I apologize if this topic has been covered; I'm new to this board. I have a few questions regarding IBS at work...1) How do people deal with IBS if it comes on at work? I have a computer/desk job. I either have to camp out in the bathroom, or run back and fourth from my desk to the loo (which is rather embarrassing). Stay at work or go home?2) What if it "hits" you in the morning? Stay at home or go to work and hope for the best?3) I'm sick again today and leaving early to go to another doctor, thusly missing more work. Naturally every workplace is different, but in general, do employers understand the unpredictability and nature of IBS?4) It's hard for me to keep in line with my company's corporate dress code. Wearing fitted clothing, skirts, pantyhose; even dress shoes (which change the natural placement/movement of my posture and muscles) are exceptionally uncomfortable. How do others deal with this issue?I've been newly diagnosed with IBS and haven't found a successful combination of medications to help control/ease my symptoms, which are highly prevalent and painful everyday. To date, the meds I've tried are either non-effective, or have made everything (constipation, diarrhea, vomiting, gas, bloating, etc.) worse. Until my IBS somewhat normalizes, I don't know how to address these problems.I'm also stressing about going on vacation (to the beach). I know stress makes IBS worse, but what's the point of going on vacation if I'm miserably bloated or stuck in the bathroom? I guess a bad time at the beach is better than a good day at work, right?!Thanks so much for any feedback and insight; I'm glad to have found this message board.Over It!


----------



## ebbie (May 4, 2004)

hey over it! i have been off work since the middle of april. today i was supposed to go back for a 1/2 day, but getting ready was too much and my d came back. i'm in agreement that my d is linked to anxiety somewhat. i'm hesitant to go back - wondering if they'll cart me back out the door with my belongings or if i'll just get the snoody looks and snide remarks. no - it's not well understood by coworkers, especially since the weather is getting better, what a great disease to "fake" and enjoy free time off - at least that's what i think everyone is saying in their minds about me... it's stressful. i'm trying to bite the bullet and make myself go back. i'm on short term disability and my doctor is in full support of me being off work, so that helps, but it's really frustrating. i hope others post to this thread too and i can get some info as well. someone posted one time about some kind of act, like american's with disabilities act, i think i remember that ibs is considered a disability... i don't remember though! anyone????


----------



## WD40 (Jun 7, 1999)

I don't think IBS is recognized as a disability in terms of the Americans with Disabilities Act. Some of the doctors out there still think it's in our heads and most of us ARE somewhat functional, so I am not holding my breath on that one. Besides, I'd rather work.I was very upfront with my employers about my condition. The reason they accept that there are days I can't come in (I seem to average a day or two a month) is because I have made myself highly productive when I am there. My supervisor even told me they'd rather have me at 75% than someone else at 100% because my 75% is still a lot better. Make yourself invaluable on the good days so that they will overlook the bad days and give you a pass. Plus, I have to walk past my boss when I head out to the bathroom, so she knows when I'm having a bad day. Normal people don't spend 15 minutes in the bathroom, you know? If they really want to know I suppose they can walk into the loo after me and make sure I stunk the place up for real.
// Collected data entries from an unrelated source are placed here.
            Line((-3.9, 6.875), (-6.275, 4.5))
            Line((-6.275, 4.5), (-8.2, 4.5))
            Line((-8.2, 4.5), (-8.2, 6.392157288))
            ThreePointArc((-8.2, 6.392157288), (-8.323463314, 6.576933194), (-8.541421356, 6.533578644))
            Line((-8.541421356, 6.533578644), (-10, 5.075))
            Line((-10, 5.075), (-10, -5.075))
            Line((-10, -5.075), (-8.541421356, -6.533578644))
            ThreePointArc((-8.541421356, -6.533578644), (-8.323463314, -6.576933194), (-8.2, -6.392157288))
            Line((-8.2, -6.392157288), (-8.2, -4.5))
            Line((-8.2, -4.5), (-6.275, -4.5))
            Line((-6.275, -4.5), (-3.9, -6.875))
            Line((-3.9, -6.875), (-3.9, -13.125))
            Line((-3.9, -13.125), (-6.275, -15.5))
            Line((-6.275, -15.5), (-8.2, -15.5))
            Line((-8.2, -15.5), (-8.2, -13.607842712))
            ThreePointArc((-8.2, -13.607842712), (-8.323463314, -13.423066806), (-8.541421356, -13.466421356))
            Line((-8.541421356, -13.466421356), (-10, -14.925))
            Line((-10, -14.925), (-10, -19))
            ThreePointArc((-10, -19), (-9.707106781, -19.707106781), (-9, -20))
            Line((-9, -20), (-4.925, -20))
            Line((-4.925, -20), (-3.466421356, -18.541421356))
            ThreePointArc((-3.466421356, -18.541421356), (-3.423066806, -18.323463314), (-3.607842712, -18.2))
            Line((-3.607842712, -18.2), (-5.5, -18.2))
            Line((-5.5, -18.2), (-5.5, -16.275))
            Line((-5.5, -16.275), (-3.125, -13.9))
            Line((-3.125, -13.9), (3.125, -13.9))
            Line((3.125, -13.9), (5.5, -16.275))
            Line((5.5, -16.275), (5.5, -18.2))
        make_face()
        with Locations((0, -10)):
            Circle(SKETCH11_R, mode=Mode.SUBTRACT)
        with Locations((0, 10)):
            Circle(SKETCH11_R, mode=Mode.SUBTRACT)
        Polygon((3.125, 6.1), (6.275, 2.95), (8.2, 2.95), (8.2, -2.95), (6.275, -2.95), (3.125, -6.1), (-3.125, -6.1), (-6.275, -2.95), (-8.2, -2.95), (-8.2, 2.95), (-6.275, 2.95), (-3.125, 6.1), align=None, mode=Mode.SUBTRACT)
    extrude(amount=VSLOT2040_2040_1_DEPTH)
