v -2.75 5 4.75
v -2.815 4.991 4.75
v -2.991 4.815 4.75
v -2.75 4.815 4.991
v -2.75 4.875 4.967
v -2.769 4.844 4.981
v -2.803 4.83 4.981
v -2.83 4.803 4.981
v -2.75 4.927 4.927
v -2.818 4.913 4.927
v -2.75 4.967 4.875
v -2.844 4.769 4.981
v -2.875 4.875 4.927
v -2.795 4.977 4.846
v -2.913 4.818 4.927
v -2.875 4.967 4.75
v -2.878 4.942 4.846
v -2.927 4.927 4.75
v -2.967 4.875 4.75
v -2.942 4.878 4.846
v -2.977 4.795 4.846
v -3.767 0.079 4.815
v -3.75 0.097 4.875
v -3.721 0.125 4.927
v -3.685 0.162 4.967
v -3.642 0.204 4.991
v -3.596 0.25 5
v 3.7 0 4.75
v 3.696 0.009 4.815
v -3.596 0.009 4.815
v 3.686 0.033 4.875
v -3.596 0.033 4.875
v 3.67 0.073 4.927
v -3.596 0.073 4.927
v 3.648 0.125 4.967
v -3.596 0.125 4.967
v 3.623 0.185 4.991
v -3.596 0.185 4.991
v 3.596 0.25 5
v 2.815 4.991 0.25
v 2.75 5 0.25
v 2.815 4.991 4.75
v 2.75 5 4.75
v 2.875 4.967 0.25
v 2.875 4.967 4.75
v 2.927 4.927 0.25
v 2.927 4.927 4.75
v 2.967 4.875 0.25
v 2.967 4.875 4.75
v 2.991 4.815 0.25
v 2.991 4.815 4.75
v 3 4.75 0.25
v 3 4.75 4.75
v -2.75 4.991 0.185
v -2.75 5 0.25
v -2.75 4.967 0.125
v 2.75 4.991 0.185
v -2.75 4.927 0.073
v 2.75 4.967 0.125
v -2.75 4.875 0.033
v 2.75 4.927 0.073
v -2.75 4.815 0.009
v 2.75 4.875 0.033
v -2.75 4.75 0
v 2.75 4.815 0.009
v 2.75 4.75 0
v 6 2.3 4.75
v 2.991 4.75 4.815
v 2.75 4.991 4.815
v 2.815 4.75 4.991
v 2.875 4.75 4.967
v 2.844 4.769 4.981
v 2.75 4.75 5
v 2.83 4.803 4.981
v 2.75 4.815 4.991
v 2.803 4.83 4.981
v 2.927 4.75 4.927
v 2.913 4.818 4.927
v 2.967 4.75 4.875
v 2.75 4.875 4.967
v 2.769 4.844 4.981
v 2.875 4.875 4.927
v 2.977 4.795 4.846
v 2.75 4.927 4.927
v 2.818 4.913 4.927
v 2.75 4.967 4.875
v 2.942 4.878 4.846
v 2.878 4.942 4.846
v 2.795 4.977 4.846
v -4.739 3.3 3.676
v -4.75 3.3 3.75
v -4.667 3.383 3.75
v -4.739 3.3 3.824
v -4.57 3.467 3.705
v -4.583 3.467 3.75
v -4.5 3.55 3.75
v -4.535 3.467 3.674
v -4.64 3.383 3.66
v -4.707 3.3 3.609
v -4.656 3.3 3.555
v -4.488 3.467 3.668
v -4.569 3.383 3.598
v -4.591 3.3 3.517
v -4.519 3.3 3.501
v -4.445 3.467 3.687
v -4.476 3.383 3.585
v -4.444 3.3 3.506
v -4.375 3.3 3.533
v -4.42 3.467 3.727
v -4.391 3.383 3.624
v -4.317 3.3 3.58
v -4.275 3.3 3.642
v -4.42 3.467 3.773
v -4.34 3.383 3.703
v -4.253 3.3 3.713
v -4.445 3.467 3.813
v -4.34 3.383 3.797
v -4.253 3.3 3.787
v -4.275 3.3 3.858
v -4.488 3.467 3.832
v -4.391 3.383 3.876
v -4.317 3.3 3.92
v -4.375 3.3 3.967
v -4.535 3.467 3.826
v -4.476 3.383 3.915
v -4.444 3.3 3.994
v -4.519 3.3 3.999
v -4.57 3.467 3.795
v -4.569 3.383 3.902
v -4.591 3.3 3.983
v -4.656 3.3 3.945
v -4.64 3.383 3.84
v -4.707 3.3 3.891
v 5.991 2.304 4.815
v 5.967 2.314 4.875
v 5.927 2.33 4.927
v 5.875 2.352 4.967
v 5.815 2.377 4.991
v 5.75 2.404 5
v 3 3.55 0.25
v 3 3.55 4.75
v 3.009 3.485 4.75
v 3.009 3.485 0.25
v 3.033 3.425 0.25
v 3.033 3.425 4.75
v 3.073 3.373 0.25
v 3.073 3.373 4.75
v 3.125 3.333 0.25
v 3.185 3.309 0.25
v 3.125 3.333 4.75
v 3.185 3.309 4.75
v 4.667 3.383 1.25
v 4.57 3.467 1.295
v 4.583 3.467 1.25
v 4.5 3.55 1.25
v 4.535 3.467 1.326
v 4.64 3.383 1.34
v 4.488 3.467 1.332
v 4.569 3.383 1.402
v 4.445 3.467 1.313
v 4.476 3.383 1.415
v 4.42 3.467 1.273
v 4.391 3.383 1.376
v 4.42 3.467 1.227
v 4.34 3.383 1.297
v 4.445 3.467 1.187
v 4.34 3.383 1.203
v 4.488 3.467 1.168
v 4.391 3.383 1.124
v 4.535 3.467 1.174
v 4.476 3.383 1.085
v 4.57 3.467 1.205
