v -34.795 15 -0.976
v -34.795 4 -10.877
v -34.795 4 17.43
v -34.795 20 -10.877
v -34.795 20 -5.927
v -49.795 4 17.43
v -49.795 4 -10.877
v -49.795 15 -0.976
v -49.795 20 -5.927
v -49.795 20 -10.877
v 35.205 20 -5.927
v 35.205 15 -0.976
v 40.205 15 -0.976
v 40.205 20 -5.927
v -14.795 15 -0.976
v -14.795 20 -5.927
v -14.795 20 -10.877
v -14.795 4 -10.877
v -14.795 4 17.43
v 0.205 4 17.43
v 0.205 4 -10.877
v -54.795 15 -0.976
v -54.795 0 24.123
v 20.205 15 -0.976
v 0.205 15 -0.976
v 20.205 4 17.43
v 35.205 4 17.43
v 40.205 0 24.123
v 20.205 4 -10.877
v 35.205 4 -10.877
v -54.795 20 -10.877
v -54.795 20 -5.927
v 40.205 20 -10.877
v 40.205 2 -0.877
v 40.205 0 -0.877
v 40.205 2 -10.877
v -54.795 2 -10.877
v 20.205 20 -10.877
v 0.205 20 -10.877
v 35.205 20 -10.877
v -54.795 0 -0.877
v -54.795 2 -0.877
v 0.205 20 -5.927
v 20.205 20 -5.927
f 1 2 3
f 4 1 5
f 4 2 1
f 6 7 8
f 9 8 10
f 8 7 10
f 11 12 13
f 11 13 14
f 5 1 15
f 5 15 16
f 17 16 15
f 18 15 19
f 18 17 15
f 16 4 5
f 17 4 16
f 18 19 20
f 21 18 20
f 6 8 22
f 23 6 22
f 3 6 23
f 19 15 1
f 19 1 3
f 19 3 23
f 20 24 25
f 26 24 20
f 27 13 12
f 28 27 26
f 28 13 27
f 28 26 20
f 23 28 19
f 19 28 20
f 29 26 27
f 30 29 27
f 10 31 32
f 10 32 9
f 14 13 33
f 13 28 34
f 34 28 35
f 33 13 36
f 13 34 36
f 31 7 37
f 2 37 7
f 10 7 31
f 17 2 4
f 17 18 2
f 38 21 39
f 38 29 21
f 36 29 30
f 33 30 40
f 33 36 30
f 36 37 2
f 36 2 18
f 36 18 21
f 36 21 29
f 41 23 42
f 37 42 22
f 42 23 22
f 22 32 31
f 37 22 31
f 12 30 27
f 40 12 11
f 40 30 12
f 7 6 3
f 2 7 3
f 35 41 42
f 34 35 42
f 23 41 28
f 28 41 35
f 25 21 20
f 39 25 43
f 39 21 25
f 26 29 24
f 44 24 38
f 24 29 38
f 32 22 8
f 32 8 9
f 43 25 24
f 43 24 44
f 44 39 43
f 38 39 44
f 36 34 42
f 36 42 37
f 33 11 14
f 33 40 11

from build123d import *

# Parameters (mm, degrees)
CROQUIS1_W              = 100
CROQUIS1_H              = 85
SALIENTE_EXTRUIR1_DEPTH = 20
CORTAR_EXTRUIR1_REACH   = 102
CORTAR_EXTRUIR2_REACH   = 102
CORTAR_EXTRUIR6_DEPTH   = 5
CROQUIS11_W             = 15
CROQUIS11_H             = 16
CORTAR_EXTRUIR7_DEPTH   = 44
CROQUIS12_W             = 5
CROQUIS12_H             = 49.877192982
CORTAR_EXTRUIR8_DEPTH   = 44
CORTAR_EXTRUIR9_REACH   = 97
CROQUIS13_W             = 50
CROQUIS13_H             = 18
CROQUIS14_W             = 9.804862201
CROQUIS14_H             = 2
CORTAR_EXTRUIR10_DEPTH  = 121
CORTAR_EXTRUIR11_REACH  = 97
CORTAR_EXTRUIR12_REACH  = 97
CORTAR_EXTRUIR13_DEPTH  = 96


with BuildPart() as part:
    # Croquis1 → Saliente-Extruir1 (new body)
    with BuildSketch(Plane(origin=(0, 0, 0), x_dir=(1, 0, 0), z_dir=(0, 1, 0))):
        with Locations((-9.795321637, 18.377192982)):
            Rectangle(CROQUIS1_W, CROQUIS1_H)
    extrude(amount=SALIENTE_EXTRUIR1_DEPTH)

    # Croquis3 → Cortar-Extruir1 (cut, up to next)
    with BuildSketch(Plane(origin=(40.204678363, 0, 0), x_dir=(0, 0, -1), z_dir=(1, 0, 0)), mode=Mode.PRIVATE) as cortar_extruir1_sk1:
        Polygon((-24.122807018, 0), (0.976475977, 20), (-24.122807018, 20), align=None)
    cortar_extruir1_tool1 = extrude(cortar_extruir1_sk1.sketch, amount=-CORTAR_EXTRUIR1_REACH, mode=Mode.PRIVATE) & part.part
    add(cortar_extruir1_tool1.solids().sort_by_distance((40.204678, 13.333333, 15.756379))[0], mode=Mode.SUBTRACT)

    # Croquis4 → Cortar-Extruir2 (cut, up to next)
    with BuildSketch(Plane(origin=(40.204678363, 0, 0), x_dir=(0, 0, -1), z_dir=(1, 0, 0)), mode=Mode.PRIVATE) as cortar_extruir2_sk1:
        Polygon((0.976475977, 20), (0.976475977, 15), (-24.122807018, 0), align=None)
    cortar_extruir2_tool1 = extrude(cortar_extruir2_sk1.sketch, amount=-CORTAR_EXTRUIR2_REACH, mode=Mode.PRIVATE) & part.part
    add(cortar_extruir2_tool1.solids().sort_by_distance((40.204678, 11.666667, 7.389952))[0], mode=Mode.SUBTRACT)

    # Croquis8 → Cortar-Extruir6 (cut)
    with BuildSketch(Plane.ZY.offset(59.795321637)):
        Polygon((-11, 20), (-0.976475977, 20), (-0.976475977, 15), (24.122807018, 0), (-11, 0), align=None)
    extrude(amount=-CORTAR_EXTRUIR6_DEPTH, mode=Mode.SUBTRACT)

    # Croquis11 → Cortar-Extruir7 (cut)
    with BuildSketch(Plane.XY.offset(-11)):
        with Locations((27.704678363, 12)):
            Rectangle(CROQUIS11_W, CROQUIS11_H)
        Polygon((0.204678363, 20), (-14.795321637, 20), (-14.795321637, 4), (0.204678363, 4), (0.204678363, 18.881828366), align=None)
        with Locations((-42.295321637, 12)):
            Rectangle(CROQUIS11_W, CROQUIS11_H)
    extrude(amount=CORTAR_EXTRUIR7_DEPTH, mode=Mode.SUBTRACT)

    # Croquis12 → Cortar-Extruir8 (cut)
    with BuildSketch(Plane(origin=(0, 20, 0), x_dir=(1, 0, 0), z_dir=(0, 1, 0))):
        with Locations((-57.295321637, 35.938596491)):
            Rectangle(CROQUIS12_W, CROQUIS12_H)
    extrude(amount=-CORTAR_EXTRUIR8_DEPTH, mode=Mode.SUBTRACT)

    # Croquis13 → Cortar-Extruir9 (cut, up to next)
    with BuildSketch(Plane(origin=(40.204678363, 0, 0), x_dir=(0, 0, -1), z_dir=(1, 0, 0)), mode=Mode.PRIVATE) as cortar_extruir9_sk1:
        with Locations((35.877192982, 11)):
            Rectangle(CROQUIS13_W, CROQUIS13_H)
    cortar_extruir9_tool1 = extrude(cortar_extruir9_sk1.sketch, amount=-CORTAR_EXTRUIR9_REACH, mode=Mode.PRIVATE) & part.part
    add(cortar_extruir9_tool1.solids().sort_by_distance((40.204678, 11, -35.877193))[0], mode=Mode.SUBTRACT)

    # Croquis14 → Cortar-Extruir10 (cut)
    with BuildSketch(Plane(origin=(40.204678363, 0, 0), x_dir=(0, 0, -1), z_dir=(1, 0, 0))):
        with Locations((5.779624083, 1)):
            Rectangle(CROQUIS14_W, CROQUIS14_H)
    extrude(amount=-CORTAR_EXTRUIR10_DEPTH, mode=Mode.SUBTRACT)

    # Croquis17 → Cortar-Extruir11 (cut, up to next)
    with BuildSketch(Plane(origin=(40.204678363, 0, 0), x_dir=(0, 0, -1), z_dir=(1, 0, 0)), mode=Mode.PRIVATE) as cortar_extruir11_sk1:
        Polygon((10.877192982, 2), (10.682055183, 0), (60.877192982, 0), (60.877192982, 2), align=None)
    cortar_extruir11_tool1 = extrude(cortar_extruir11_sk1.sketch, amount=-CORTAR_EXTRUIR11_REACH, mode=Mode.PRIVATE) & part.part
    add(cortar_extruir11_tool1.solids().sort_by_distance((40.204678, 0.999351, -35.828377))[0], mode=Mode.SUBTRACT)

    # Croquis18 → Cortar-Extruir12 (cut, up to next)
    with BuildSketch(Plane(origin=(40.204678363, 0, 0), x_dir=(0, 0, -1), z_dir=(1, 0, 0)), mode=Mode.PRIVATE) as cortar_extruir12_sk1:
        Polygon((10.682055183, 2), (10.877192982, 2), (10.682055183, 0), align=None)
    cortar_extruir12_tool1 = extrude(cortar_extruir12_sk1.sketch, amount=-CORTAR_EXTRUIR12_REACH, mode=Mode.PRIVATE) & part.part
    add(cortar_extruir12_tool1.solids().sort_by_distance((40.204678, 1.333333, -10.747101))[0], mode=Mode.SUBTRACT)

    # Croquis19 → Cortar-Extruir13 (cut)
    with BuildSketch(Plane.ZY.offset(54.795321637)):
        Polygon((-0.976475977, 15), (-5.92683448, 20), (-0.976475977, 20), align=None)
    extrude(amount=-CORTAR_EXTRUIR13_DEPTH, mode=Mode.SUBTRACT)


solid = part.part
I usually know if I have a bout in the morning whether or not it will continue all day or if it is just a morning thing. I stay home only when the nausea outweighs the cramping, or if the D seems a bit uncontrollable. For me the key is normally my level of nausea, particularly after I try to eat breakfast. If I am not sure, I go to work and "hope for the best" as you say, and if it gets to the point that it is affecting my overall performance I go home sick. I get no questions when this happens because they know I don't abuse it. Besides, I'm usually several shades of green or yellow when I do go home, so it is fairly obvious I am not faking it.As far as clothing goes, I always wear my slacks a size too big or leave them unbuttoned. Perhaps I don't look as crisp as everyone else, but no one else feels bloated and feels pain with the slightest bit of pressure on the abdomen. Face it, we are NOT like everyone else. Once I accepted that, it was a lot easier for me to just not care what anyone thought of either how I dress or how many times I run to the toilet. They all know what's up with me and frankly, once they found out, to a person they feel bad for me. I also will joke with them about it and that really goes a long way toward lessening the amount of embarrassment.As far as vacations and outings, that's a tough one. The first 2 or 3 years of my IBS I had it really bad, and I just didn't go anywhere except work, church, sometimes the store, and home. That's it. After I learned to control the symptoms somewhat I ventured out for small vacations once in a while, and now I have no problem planning anything. I just have to let whoever I am with know that if I start to feel bad, I will ride it out to see if it will go away, and if it doesn't, I'm heading home. Maybe I just have good friends, co-workers, and bosses, but I have found that honesty and humor go a long way.


----------



## mirandafox (Apr 25, 2004)

I have been gradually changing my wardrobe to clothing that is more ibs-friendly...I've been getting pants with a little elastic in the sides (these are dress slacks).Blouses that don't need to be tucked in - they are cut straight across the bottom, some have a little slit at the sides.If you have to wear skirts, ditch the pantyhose and try thigh-highs (Hanes makes good ones), or try to get longer skirts and wear knee highs.Get shoes with a low heel - buy insoles, not the ones to keep them from being smelly, there are ones that have support features. There are somes brands (SAS) that are designed for more support.I've been buying a lot of my clothes at Chico's - they are comfortable, but also appropriate for work.Last year I was having really bad problems from the ibs, and had to have a colonoscopy, so that opened the discussion with my supervisor and a few coworkers. So if I call in and say I'm running late because of "stomach problems" they know what's going on.If you have D in the morning, see how you do with a small dose of Immodium (or similar medication). I've found that 1/2 tablet will stop it enough to get me to work ok, without getting C later. (I'm normally C, but have occasional D flare-ups).Being comfortable and avoiding stress are very important at work, I hope you will find ways to make it work for you.


----------



## over it (May 17, 2004)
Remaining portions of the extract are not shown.